AVAILABLE DATA START

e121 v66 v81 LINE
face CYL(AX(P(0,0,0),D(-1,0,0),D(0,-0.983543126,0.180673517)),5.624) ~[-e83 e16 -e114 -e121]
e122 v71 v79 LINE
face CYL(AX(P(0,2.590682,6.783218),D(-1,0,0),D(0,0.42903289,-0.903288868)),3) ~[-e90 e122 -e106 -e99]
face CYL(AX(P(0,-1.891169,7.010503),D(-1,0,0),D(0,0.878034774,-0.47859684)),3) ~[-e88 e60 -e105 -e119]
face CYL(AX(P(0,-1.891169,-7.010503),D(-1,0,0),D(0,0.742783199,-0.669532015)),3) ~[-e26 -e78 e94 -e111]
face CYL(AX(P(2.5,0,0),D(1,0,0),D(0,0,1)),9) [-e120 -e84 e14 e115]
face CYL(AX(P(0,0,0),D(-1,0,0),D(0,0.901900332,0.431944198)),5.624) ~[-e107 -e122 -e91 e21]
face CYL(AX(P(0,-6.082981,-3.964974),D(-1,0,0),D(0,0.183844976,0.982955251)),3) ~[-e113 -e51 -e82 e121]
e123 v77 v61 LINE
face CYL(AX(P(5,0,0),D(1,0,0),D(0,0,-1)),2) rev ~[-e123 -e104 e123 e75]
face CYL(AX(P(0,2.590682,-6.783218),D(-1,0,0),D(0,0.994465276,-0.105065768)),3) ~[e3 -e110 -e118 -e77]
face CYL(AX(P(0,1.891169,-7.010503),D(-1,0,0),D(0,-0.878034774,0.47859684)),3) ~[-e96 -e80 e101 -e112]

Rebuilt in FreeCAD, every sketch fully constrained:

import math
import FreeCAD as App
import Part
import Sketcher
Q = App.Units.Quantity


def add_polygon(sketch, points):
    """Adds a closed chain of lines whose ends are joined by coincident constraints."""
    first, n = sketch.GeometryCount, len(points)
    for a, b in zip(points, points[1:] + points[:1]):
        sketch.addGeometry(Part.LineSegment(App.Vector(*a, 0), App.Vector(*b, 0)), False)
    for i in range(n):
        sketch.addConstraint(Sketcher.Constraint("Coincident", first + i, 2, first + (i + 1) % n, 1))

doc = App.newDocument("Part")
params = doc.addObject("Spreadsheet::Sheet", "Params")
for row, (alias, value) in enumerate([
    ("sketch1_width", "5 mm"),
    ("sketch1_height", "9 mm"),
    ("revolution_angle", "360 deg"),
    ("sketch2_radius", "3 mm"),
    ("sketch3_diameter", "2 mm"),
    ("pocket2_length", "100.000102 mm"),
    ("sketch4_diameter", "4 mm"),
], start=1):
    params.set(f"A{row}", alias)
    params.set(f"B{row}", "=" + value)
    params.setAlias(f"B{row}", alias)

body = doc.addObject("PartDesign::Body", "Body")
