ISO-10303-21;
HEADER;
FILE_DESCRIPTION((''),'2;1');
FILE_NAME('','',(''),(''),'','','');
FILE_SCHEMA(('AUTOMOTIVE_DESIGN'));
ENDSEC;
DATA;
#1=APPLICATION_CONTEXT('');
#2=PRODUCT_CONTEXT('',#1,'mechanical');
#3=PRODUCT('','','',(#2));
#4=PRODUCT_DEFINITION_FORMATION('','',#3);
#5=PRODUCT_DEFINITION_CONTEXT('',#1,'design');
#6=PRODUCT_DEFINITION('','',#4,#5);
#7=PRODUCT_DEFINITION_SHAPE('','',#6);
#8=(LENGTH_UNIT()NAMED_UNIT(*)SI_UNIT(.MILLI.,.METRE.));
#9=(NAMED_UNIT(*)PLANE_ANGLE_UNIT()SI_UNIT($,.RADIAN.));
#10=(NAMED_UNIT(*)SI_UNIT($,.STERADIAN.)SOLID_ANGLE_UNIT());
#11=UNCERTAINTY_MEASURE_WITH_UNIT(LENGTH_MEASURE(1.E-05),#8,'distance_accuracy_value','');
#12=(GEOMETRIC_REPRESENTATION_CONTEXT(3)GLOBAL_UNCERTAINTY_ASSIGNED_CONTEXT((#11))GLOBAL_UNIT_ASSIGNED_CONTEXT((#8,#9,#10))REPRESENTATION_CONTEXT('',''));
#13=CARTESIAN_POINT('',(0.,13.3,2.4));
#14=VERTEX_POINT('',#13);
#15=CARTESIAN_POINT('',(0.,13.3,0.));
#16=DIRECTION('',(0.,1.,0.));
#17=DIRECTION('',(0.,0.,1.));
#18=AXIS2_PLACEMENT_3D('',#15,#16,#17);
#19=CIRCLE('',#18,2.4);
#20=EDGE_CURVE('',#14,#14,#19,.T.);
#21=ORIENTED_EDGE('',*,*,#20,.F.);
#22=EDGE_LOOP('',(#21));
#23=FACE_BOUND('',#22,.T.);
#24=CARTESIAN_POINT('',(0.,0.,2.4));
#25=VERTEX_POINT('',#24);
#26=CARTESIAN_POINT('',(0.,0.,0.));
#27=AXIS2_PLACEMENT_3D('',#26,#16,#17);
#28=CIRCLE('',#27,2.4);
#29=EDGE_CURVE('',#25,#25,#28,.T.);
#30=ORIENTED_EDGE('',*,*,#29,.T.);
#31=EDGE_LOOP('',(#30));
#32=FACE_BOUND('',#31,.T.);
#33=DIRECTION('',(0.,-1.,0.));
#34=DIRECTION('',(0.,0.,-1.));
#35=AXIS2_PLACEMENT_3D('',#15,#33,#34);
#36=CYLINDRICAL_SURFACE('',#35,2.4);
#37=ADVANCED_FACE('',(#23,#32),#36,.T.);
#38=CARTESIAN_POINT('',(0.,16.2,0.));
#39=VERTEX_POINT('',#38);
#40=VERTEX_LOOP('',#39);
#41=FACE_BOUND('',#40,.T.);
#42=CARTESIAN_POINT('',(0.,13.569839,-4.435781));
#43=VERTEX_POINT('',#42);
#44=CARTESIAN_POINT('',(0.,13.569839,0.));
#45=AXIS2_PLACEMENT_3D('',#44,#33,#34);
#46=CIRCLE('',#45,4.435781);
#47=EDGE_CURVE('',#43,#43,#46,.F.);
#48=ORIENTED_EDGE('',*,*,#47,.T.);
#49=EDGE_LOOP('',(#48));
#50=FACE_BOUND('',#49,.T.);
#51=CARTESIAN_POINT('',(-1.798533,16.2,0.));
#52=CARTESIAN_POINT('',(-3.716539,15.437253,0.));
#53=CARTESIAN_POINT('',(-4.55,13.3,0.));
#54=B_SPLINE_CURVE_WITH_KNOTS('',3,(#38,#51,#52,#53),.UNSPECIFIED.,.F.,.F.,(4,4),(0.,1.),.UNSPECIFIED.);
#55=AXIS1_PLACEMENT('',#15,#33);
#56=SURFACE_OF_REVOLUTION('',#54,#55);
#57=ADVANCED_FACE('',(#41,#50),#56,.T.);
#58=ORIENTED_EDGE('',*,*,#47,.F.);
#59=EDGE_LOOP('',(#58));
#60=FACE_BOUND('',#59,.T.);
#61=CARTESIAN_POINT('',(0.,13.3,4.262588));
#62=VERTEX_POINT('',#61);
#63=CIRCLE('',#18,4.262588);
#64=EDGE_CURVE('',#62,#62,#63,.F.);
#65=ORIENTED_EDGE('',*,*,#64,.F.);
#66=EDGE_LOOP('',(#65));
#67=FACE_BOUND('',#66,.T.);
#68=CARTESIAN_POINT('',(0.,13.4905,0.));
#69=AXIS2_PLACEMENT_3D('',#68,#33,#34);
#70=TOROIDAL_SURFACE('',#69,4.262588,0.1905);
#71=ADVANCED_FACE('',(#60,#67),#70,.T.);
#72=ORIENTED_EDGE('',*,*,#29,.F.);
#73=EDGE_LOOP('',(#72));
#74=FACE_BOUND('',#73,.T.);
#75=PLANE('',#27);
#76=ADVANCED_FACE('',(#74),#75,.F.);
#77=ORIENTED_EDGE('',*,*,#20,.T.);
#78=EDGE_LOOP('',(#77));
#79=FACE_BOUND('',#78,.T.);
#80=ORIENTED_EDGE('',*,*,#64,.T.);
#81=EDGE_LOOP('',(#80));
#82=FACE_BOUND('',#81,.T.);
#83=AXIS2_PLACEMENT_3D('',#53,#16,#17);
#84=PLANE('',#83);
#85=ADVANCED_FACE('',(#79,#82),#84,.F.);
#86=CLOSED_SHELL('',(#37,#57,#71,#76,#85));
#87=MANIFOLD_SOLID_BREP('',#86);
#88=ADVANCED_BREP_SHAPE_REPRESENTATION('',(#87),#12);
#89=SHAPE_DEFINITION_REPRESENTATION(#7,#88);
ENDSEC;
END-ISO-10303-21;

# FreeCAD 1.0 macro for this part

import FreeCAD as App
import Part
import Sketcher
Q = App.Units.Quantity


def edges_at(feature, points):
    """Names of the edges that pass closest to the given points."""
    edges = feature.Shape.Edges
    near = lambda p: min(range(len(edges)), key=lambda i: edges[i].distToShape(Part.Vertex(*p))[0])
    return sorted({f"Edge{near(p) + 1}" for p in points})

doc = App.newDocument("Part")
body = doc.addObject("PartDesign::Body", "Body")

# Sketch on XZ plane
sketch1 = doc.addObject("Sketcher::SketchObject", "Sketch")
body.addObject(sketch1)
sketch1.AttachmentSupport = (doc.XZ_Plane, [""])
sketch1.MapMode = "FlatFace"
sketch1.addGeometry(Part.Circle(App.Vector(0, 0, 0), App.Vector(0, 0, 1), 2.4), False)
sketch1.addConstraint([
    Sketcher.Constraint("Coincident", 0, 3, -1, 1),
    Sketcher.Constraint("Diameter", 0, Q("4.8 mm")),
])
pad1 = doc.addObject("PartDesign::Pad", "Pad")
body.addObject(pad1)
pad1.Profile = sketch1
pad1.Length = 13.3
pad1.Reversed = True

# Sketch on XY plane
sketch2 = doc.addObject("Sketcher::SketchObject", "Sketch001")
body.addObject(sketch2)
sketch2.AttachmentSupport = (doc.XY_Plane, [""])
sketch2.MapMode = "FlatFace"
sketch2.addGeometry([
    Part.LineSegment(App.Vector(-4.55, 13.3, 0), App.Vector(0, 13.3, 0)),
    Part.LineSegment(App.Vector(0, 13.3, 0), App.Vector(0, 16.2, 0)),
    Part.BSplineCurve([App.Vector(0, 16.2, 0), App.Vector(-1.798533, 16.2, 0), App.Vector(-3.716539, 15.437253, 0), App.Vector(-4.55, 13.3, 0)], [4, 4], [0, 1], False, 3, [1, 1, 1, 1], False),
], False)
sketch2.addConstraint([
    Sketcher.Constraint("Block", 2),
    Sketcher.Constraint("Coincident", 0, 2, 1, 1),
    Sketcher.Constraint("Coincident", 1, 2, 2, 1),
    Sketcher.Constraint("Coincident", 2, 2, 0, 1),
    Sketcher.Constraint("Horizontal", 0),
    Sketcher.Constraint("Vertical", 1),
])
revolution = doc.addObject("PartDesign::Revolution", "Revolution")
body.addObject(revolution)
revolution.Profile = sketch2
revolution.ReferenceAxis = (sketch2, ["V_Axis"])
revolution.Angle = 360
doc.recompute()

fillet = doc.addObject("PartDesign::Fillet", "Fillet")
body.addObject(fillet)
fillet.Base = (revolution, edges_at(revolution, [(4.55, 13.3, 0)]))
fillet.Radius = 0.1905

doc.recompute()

AVAILABLE DATA END
AVAILABLE DATA START

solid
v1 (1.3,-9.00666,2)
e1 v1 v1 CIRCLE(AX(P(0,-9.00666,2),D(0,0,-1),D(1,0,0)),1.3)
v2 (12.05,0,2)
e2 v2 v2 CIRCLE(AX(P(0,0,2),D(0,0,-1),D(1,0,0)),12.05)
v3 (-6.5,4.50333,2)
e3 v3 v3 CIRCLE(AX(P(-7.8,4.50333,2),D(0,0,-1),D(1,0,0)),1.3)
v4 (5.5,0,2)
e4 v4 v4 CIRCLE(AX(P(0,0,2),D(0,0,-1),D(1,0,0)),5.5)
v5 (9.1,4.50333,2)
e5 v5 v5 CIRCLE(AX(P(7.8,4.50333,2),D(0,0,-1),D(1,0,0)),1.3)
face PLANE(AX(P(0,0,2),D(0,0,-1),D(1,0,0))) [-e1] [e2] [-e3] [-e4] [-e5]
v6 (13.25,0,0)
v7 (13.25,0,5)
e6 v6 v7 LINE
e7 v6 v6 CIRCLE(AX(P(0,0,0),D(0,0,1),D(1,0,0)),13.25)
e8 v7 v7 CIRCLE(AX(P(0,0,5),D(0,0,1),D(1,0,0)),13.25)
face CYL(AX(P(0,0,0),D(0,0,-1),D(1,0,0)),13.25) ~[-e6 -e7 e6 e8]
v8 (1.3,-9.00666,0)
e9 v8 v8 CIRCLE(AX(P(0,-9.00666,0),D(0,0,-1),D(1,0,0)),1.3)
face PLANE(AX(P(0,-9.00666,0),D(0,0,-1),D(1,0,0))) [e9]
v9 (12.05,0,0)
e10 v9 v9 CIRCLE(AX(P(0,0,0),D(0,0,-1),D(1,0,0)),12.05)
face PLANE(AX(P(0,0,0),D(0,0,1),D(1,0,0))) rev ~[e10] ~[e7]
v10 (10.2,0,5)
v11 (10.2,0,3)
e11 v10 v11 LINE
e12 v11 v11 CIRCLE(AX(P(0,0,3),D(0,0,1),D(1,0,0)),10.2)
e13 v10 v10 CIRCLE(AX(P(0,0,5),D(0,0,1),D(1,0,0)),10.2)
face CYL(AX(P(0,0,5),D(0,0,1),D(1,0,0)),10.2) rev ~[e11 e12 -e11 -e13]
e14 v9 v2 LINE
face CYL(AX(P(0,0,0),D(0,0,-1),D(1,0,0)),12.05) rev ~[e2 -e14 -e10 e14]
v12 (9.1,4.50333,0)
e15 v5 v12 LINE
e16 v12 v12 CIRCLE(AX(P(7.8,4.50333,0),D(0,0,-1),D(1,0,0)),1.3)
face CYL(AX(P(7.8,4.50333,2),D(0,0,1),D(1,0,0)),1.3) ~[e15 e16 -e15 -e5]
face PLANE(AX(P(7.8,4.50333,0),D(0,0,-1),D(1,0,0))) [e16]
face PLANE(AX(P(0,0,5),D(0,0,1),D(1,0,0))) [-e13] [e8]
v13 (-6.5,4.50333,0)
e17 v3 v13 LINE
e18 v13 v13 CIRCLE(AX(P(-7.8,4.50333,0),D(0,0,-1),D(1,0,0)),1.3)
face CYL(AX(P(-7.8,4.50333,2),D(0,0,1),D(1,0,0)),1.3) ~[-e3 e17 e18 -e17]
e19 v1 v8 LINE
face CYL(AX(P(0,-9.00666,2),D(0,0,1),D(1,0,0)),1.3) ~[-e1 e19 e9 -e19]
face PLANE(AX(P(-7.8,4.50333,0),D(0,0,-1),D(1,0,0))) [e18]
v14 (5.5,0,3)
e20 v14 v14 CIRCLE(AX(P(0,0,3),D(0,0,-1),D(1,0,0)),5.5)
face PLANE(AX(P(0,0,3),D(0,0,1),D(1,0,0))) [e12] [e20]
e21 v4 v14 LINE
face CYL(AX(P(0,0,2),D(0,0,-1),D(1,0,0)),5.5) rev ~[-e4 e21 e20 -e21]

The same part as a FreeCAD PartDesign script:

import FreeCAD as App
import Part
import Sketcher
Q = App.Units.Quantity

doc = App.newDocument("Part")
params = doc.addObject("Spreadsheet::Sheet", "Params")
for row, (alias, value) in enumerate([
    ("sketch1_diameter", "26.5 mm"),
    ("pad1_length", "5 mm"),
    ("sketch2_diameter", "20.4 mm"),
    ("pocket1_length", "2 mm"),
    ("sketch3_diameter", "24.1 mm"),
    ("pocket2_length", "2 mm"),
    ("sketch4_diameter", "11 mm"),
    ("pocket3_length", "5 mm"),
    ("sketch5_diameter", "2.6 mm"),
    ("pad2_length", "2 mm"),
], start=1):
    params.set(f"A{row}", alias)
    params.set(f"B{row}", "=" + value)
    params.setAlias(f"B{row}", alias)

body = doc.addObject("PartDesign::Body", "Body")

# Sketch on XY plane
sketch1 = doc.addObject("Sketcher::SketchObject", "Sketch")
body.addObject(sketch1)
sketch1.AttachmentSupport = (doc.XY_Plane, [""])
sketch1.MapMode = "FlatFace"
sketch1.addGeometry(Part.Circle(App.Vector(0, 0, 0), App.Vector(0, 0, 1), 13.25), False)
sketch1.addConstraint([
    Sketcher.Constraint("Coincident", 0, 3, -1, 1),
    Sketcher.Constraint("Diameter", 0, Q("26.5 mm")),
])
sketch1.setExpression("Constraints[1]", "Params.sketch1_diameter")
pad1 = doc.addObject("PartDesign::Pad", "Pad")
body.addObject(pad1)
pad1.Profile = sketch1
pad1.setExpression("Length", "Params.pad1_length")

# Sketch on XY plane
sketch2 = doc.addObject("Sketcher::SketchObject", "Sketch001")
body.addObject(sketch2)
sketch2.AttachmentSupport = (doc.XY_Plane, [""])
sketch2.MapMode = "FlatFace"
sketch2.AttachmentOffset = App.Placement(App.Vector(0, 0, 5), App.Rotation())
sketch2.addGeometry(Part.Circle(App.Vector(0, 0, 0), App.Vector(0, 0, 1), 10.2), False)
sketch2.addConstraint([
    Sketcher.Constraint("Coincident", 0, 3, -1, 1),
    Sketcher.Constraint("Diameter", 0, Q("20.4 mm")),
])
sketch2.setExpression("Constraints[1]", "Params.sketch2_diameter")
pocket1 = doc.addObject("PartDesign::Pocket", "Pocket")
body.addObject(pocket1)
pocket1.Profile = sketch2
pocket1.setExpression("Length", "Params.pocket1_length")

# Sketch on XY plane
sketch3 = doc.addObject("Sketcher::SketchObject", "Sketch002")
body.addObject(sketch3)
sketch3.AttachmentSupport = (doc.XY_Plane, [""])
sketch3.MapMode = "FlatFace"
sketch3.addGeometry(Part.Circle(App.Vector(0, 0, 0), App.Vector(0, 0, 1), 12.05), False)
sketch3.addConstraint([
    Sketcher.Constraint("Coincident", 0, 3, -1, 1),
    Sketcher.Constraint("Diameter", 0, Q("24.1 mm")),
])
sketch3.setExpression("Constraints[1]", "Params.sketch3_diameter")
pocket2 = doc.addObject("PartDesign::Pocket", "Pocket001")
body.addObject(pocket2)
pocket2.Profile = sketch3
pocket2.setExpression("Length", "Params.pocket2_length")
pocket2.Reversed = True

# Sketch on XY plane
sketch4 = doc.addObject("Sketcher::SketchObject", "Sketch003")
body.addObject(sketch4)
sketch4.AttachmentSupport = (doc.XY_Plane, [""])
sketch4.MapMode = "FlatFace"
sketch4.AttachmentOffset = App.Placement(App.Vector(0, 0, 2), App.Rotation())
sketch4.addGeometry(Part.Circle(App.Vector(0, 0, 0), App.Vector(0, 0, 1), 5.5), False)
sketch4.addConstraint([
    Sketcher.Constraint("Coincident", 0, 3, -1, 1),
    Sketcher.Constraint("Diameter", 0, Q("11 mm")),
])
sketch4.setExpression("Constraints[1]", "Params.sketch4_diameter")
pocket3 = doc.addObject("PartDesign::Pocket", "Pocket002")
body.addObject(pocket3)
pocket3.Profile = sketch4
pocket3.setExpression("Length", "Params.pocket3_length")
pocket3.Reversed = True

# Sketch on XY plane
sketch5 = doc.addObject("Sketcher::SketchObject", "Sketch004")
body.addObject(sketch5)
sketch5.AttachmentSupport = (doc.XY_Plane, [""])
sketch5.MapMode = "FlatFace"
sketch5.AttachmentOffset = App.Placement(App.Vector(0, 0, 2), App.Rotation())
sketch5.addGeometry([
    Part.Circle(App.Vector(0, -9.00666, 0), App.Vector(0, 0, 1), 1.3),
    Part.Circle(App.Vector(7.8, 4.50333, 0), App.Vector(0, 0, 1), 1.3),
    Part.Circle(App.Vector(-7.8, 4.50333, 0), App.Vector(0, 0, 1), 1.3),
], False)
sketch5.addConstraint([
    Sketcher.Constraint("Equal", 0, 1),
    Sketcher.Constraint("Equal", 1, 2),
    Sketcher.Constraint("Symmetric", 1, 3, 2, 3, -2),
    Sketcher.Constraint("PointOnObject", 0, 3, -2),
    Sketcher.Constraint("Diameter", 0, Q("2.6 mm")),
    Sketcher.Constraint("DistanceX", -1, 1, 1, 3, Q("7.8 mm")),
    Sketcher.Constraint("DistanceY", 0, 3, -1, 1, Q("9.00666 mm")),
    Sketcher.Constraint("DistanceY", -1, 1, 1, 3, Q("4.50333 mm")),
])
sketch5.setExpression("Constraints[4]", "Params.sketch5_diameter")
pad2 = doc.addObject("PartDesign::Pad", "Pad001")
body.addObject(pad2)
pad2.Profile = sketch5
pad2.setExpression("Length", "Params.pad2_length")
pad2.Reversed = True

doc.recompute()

AVAILABLE DATA END

WHAT IS EXPECTED: Would you print, exactly as written, every line above from the one holding "e121 v66 v81 LINE" through the one holding "e60 -e105 -e119]", with both included and no other lines?

RESULT OF THIS EXERCISE:
e121 v66 v81 LINE
face CYL(AX(P(0,0,0),D(-1,0,0),D(0,-0.983543126,0.180673517)),5.624) ~[-e83 e16 -e114 -e121]
e122 v71 v79 LINE
face CYL(AX(P(0,2.590682,6.783218),D(-1,0,0),D(0,0.42903289,-0.903288868)),3) ~[-e90 e122 -e106 -e99]
face CYL(AX(P(0,-1.891169,7.010503),D(-1,0,0),D(0,0.878034774,-0.47859684)),3) ~[-e88 e60 -e105 -e119]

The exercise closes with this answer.